● **DIRECTIONS**: What is needed is an exact copy of the line with "f 209 287 288" and all lines that follow it in the entries below, the last line included.

● **MATERIAL FOR THE TASK**:
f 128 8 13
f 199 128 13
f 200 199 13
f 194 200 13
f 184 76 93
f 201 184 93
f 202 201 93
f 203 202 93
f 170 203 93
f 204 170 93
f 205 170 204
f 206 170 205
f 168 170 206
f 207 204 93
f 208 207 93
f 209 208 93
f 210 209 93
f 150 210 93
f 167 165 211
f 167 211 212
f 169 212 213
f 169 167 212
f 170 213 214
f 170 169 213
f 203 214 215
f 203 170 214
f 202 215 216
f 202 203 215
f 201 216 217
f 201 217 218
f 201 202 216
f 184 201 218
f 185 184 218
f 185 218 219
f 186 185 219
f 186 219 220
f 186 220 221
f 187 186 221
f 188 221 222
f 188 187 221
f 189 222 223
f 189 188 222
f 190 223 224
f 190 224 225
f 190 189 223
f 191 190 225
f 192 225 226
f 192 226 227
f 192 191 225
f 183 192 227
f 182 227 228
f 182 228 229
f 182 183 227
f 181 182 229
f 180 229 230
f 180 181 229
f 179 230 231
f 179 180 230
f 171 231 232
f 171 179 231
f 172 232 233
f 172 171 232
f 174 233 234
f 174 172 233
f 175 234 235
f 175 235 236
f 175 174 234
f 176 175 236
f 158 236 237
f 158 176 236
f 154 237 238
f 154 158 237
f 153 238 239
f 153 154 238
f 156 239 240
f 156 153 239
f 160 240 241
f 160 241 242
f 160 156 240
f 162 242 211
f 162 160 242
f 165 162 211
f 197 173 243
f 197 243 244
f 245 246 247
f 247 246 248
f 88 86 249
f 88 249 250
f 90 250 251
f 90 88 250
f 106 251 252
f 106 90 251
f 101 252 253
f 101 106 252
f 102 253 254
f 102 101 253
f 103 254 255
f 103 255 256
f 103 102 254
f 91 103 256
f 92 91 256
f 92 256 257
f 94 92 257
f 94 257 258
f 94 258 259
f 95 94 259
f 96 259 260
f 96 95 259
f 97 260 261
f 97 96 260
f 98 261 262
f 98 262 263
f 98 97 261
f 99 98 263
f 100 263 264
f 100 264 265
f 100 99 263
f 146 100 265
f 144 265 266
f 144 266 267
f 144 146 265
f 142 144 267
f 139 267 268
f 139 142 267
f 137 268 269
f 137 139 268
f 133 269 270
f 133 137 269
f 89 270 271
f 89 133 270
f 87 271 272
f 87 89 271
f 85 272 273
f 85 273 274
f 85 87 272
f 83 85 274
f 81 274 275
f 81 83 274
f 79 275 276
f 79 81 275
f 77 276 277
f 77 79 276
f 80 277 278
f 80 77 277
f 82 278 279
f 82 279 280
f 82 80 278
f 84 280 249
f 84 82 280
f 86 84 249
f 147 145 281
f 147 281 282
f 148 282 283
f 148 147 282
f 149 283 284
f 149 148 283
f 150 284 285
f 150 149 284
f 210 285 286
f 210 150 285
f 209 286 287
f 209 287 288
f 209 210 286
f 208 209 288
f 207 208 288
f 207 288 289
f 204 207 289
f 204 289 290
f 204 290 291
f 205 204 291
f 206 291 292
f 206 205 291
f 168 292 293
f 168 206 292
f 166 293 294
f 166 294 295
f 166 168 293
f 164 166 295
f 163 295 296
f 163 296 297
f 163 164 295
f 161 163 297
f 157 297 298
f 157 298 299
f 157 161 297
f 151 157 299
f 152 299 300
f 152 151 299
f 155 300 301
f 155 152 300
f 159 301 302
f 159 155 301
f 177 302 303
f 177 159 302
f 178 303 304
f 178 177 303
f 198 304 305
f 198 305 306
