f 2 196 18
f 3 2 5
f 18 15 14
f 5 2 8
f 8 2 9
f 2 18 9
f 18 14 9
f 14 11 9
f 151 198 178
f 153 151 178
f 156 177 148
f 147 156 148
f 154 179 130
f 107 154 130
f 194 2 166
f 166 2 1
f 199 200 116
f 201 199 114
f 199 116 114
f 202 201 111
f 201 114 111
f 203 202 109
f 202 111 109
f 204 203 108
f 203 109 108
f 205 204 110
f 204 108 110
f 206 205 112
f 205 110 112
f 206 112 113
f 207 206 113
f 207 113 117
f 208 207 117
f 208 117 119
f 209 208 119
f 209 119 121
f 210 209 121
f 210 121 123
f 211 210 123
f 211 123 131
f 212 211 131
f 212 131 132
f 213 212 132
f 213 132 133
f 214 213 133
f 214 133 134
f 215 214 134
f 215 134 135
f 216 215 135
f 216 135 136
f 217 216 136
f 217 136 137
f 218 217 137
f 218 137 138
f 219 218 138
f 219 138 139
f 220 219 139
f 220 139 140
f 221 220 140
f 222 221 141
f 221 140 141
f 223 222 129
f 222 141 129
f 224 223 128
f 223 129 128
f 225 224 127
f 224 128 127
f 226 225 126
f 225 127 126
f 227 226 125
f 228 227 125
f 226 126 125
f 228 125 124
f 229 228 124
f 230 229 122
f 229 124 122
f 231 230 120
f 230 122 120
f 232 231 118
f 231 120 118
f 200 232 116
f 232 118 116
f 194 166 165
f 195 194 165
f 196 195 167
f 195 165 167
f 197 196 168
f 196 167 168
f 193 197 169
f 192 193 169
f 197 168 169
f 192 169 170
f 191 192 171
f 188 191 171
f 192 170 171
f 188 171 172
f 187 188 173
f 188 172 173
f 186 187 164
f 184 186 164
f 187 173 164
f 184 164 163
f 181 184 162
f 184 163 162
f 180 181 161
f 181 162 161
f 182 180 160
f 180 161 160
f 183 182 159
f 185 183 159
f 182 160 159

● **SOLUTION BELOW**:
f 209 287 288
f 209 210 286
f 208 209 288
f 207 208 288
f 207 288 289
f 204 207 289
f 204 289 290
f 204 290 291
f 205 204 291
f 206 291 292
f 206 205 291
f 168 292 293
f 168 206 292
f 166 293 294
f 166 294 295
f 166 168 293
f 164 166 295
f 163 295 296
f 163 296 297
f 163 164 295
f 161 163 297
f 157 297 298
f 157 298 299
f 157 161 297
f 151 157 299
f 152 299 300
f 152 151 299
f 155 300 301
f 155 152 300
f 159 301 302
f 159 155 301
f 177 302 303
f 177 159 302
f 178 303 304
f 178 177 303
f 198 304 305
f 198 305 306
f 2 196 18
f 3 2 5
f 18 15 14
f 5 2 8
f 8 2 9
f 2 18 9
f 18 14 9
f 14 11 9
f 151 198 178
f 153 151 178
f 156 177 148
f 147 156 148
f 154 179 130
f 107 154 130
f 194 2 166
f 166 2 1
f 199 200 116
f 201 199 114
f 199 116 114
f 202 201 111
f 201 114 111
f 203 202 109
f 202 111 109
f 204 203 108
f 203 109 108
f 205 204 110
f 204 108 110
f 206 205 112
f 205 110 112
f 206 112 113
f 207 206 113
f 207 113 117
f 208 207 117
f 208 117 119
f 209 208 119
f 209 119 121
f 210 209 121
f 210 121 123
f 211 210 123
f 211 123 131
f 212 211 131
f 212 131 132
f 213 212 132
f 213 132 133
f 214 213 133
f 214 133 134
f 215 214 134
f 215 134 135
f 216 215 135
f 216 135 136
f 217 216 136
f 217 136 137
f 218 217 137
f 218 137 138
f 219 218 138
f 219 138 139
f 220 219 139
f 220 139 140
f 221 220 140
f 222 221 141
f 221 140 141
f 223 222 129
f 222 141 129
f 224 223 128
f 223 129 128
f 225 224 127
f 224 128 127
f 226 225 126
f 225 127 126
f 227 226 125
f 228 227 125
f 226 126 125
f 228 125 124
f 229 228 124
f 230 229 122
f 229 124 122
f 231 230 120
f 230 122 120
f 232 231 118
f 231 120 118
f 200 232 116
f 232 118 116
f 194 166 165
f 195 194 165
f 196 195 167
f 195 165 167
f 197 196 168
f 196 167 168
f 193 197 169
f 192 193 169
f 197 168 169
f 192 169 170
f 191 192 171
f 188 191 171
f 192 170 171
f 188 171 172
f 187 188 173
f 188 172 173
f 186 187 164
f 184 186 164
f 187 173 164
f 184 164 163
f 181 184 162
f 184 163 162
f 180 181 161
f 181 162 161
f 182 180 160
f 180 161 160
f 183 182 159
f 185 183 159
f 182 160 159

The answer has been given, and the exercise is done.